What lines below contain the word "VECTOR"? Please pull each one out.
======== Input data
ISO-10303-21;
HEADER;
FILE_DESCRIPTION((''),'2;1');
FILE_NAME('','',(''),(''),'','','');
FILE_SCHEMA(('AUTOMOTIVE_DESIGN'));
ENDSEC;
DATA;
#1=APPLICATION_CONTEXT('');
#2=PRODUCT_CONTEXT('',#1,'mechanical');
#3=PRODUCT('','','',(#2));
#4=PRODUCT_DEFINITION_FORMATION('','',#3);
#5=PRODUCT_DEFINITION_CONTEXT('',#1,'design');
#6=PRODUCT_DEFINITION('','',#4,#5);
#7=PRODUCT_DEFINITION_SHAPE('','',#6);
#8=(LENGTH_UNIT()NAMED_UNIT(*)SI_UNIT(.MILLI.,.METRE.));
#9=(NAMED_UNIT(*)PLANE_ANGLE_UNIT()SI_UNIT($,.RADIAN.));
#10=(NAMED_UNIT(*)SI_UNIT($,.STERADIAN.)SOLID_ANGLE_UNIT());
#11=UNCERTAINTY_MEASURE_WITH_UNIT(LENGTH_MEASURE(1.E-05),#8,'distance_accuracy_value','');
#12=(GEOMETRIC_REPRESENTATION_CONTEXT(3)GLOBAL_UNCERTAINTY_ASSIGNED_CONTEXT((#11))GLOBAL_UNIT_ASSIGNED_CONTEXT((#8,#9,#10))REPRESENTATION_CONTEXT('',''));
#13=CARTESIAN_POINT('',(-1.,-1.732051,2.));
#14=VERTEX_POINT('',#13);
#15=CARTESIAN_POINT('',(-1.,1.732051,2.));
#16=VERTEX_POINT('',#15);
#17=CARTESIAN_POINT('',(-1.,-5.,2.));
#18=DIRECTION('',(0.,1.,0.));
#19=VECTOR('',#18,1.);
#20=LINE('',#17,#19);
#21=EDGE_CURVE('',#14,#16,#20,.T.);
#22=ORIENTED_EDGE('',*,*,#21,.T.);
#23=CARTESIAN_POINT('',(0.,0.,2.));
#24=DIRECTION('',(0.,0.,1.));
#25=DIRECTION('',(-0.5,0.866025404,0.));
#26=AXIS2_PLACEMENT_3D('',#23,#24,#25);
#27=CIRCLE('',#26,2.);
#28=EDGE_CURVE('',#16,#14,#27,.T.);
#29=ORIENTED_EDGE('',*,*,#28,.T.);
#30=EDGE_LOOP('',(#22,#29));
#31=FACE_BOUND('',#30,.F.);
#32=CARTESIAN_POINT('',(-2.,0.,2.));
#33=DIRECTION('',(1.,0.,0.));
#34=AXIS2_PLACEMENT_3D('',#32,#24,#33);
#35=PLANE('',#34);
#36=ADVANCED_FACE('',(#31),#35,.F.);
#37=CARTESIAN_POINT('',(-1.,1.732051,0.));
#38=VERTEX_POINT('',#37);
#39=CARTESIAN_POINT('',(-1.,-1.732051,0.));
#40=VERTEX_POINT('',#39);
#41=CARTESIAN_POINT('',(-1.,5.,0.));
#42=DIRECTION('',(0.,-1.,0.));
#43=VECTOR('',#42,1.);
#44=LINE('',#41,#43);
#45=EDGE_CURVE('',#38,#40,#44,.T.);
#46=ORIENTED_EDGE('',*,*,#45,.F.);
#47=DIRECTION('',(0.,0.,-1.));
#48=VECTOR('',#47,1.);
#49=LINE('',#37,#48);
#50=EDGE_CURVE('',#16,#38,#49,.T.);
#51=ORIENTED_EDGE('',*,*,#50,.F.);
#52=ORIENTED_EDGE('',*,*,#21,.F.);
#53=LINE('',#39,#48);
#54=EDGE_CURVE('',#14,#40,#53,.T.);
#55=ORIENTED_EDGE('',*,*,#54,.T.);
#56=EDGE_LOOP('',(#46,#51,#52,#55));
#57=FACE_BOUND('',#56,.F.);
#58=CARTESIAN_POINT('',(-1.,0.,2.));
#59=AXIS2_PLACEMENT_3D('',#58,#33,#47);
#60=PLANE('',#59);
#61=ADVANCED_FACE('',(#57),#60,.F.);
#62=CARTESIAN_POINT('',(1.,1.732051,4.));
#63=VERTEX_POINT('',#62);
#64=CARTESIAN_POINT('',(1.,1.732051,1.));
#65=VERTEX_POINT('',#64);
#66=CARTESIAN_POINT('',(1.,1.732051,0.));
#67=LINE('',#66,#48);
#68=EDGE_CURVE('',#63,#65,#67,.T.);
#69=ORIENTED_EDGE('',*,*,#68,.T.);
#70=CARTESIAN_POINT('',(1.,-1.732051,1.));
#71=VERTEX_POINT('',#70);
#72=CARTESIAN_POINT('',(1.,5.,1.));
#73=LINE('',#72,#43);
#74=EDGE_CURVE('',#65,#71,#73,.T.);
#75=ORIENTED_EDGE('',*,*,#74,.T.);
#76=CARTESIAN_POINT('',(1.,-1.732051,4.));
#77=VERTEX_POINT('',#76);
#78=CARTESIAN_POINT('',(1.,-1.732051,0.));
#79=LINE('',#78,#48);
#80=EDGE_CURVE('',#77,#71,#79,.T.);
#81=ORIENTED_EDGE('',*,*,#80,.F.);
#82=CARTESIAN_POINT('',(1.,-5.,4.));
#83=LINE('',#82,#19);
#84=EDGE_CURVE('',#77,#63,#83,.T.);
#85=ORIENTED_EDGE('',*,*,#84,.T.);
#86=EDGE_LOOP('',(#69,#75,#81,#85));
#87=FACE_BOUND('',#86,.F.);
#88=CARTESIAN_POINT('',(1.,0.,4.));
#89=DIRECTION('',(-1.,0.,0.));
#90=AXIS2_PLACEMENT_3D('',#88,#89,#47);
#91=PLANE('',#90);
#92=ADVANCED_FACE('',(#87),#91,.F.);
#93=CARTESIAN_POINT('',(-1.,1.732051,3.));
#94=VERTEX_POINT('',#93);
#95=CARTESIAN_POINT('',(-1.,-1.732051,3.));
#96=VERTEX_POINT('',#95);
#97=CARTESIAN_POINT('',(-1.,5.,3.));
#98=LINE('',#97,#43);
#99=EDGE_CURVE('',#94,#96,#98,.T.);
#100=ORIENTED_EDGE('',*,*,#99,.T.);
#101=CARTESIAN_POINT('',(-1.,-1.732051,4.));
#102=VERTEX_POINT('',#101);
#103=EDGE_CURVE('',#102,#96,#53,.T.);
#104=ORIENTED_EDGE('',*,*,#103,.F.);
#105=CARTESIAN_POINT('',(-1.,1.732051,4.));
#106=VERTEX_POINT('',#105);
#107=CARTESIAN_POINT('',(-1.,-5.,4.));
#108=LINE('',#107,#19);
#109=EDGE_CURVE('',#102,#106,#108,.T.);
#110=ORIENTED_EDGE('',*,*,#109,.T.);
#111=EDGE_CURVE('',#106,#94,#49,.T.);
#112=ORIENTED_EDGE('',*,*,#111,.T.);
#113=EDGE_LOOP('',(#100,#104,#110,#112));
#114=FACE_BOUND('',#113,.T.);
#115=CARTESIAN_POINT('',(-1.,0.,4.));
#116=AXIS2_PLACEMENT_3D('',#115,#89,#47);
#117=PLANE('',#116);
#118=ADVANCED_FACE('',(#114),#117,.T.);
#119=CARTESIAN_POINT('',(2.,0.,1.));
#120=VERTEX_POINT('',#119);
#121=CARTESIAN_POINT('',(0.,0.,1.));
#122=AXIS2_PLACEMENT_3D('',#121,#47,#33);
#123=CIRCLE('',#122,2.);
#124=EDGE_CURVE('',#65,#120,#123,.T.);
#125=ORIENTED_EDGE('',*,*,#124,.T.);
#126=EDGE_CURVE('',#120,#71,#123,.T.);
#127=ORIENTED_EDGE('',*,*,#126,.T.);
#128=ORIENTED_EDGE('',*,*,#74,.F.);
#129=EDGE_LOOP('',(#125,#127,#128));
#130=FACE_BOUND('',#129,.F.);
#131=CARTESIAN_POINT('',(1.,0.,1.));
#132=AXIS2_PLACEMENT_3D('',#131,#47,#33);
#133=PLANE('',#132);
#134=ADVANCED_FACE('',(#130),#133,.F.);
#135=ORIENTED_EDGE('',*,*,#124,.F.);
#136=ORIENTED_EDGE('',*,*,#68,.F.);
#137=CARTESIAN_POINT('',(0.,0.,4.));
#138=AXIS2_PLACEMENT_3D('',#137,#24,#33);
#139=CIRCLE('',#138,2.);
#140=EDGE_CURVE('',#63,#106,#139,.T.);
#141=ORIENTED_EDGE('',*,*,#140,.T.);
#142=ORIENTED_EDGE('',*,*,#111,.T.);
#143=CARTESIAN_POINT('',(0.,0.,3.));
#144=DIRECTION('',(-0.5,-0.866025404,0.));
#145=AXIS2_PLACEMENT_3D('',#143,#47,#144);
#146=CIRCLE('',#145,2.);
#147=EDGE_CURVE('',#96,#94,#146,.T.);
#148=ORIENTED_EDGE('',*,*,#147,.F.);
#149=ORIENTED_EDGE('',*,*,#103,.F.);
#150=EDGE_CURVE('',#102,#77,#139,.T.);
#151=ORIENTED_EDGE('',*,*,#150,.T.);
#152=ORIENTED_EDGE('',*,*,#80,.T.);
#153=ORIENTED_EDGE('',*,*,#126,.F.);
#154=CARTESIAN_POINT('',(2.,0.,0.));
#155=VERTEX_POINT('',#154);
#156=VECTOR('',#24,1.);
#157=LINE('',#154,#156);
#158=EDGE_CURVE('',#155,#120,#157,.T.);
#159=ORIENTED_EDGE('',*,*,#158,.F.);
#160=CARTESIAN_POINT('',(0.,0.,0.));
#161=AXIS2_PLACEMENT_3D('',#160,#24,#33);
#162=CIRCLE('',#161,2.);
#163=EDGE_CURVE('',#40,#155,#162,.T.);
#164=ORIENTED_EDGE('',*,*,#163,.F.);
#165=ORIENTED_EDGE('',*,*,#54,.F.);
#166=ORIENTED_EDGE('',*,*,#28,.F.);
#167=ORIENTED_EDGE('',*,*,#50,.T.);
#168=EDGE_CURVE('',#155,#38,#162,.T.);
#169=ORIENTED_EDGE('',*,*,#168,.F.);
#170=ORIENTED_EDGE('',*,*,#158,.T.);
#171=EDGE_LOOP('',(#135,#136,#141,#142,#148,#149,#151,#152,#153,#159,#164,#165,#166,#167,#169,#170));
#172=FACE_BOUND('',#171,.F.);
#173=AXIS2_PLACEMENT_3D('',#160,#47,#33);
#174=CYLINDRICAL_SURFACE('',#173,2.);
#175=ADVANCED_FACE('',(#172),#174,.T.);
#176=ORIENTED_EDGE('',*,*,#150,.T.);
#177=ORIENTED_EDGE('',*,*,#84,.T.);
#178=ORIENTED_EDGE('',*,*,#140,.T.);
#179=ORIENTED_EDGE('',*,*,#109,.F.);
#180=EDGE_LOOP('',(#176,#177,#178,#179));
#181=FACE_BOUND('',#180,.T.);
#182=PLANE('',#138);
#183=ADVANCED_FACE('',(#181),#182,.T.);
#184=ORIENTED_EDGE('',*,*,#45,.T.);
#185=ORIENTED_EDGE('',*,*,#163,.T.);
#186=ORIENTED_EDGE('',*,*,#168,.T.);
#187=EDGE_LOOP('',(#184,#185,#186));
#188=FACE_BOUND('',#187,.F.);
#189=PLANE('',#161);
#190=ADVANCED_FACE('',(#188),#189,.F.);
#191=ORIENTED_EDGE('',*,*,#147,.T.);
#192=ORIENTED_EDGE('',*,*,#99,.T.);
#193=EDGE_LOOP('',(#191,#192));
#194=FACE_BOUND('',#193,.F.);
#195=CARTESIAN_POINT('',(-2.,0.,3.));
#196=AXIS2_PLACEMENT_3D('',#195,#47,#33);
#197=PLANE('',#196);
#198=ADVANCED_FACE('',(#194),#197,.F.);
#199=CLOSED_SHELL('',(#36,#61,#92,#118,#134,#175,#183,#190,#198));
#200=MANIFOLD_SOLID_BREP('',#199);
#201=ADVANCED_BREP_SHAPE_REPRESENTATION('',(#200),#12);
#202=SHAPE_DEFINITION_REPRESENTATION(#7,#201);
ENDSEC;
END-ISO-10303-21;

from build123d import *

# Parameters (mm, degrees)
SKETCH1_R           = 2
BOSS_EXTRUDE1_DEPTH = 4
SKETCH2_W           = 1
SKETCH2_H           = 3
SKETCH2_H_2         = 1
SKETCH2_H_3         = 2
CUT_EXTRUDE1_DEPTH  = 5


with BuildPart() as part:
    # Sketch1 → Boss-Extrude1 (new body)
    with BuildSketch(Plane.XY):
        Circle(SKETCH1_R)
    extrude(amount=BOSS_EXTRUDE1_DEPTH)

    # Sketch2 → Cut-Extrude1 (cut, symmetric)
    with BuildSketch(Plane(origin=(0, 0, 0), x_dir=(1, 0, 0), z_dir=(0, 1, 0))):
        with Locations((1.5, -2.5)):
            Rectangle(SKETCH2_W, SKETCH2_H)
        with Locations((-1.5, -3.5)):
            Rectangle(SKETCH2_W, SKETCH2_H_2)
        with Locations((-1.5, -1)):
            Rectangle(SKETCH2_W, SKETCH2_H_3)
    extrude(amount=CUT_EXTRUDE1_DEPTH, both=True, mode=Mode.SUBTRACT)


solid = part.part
================
Response for this exercise
#19=VECTOR('',#18,1.);
#43=VECTOR('',#42,1.);
#48=VECTOR('',#47,1.);
#156=VECTOR('',#24,1.);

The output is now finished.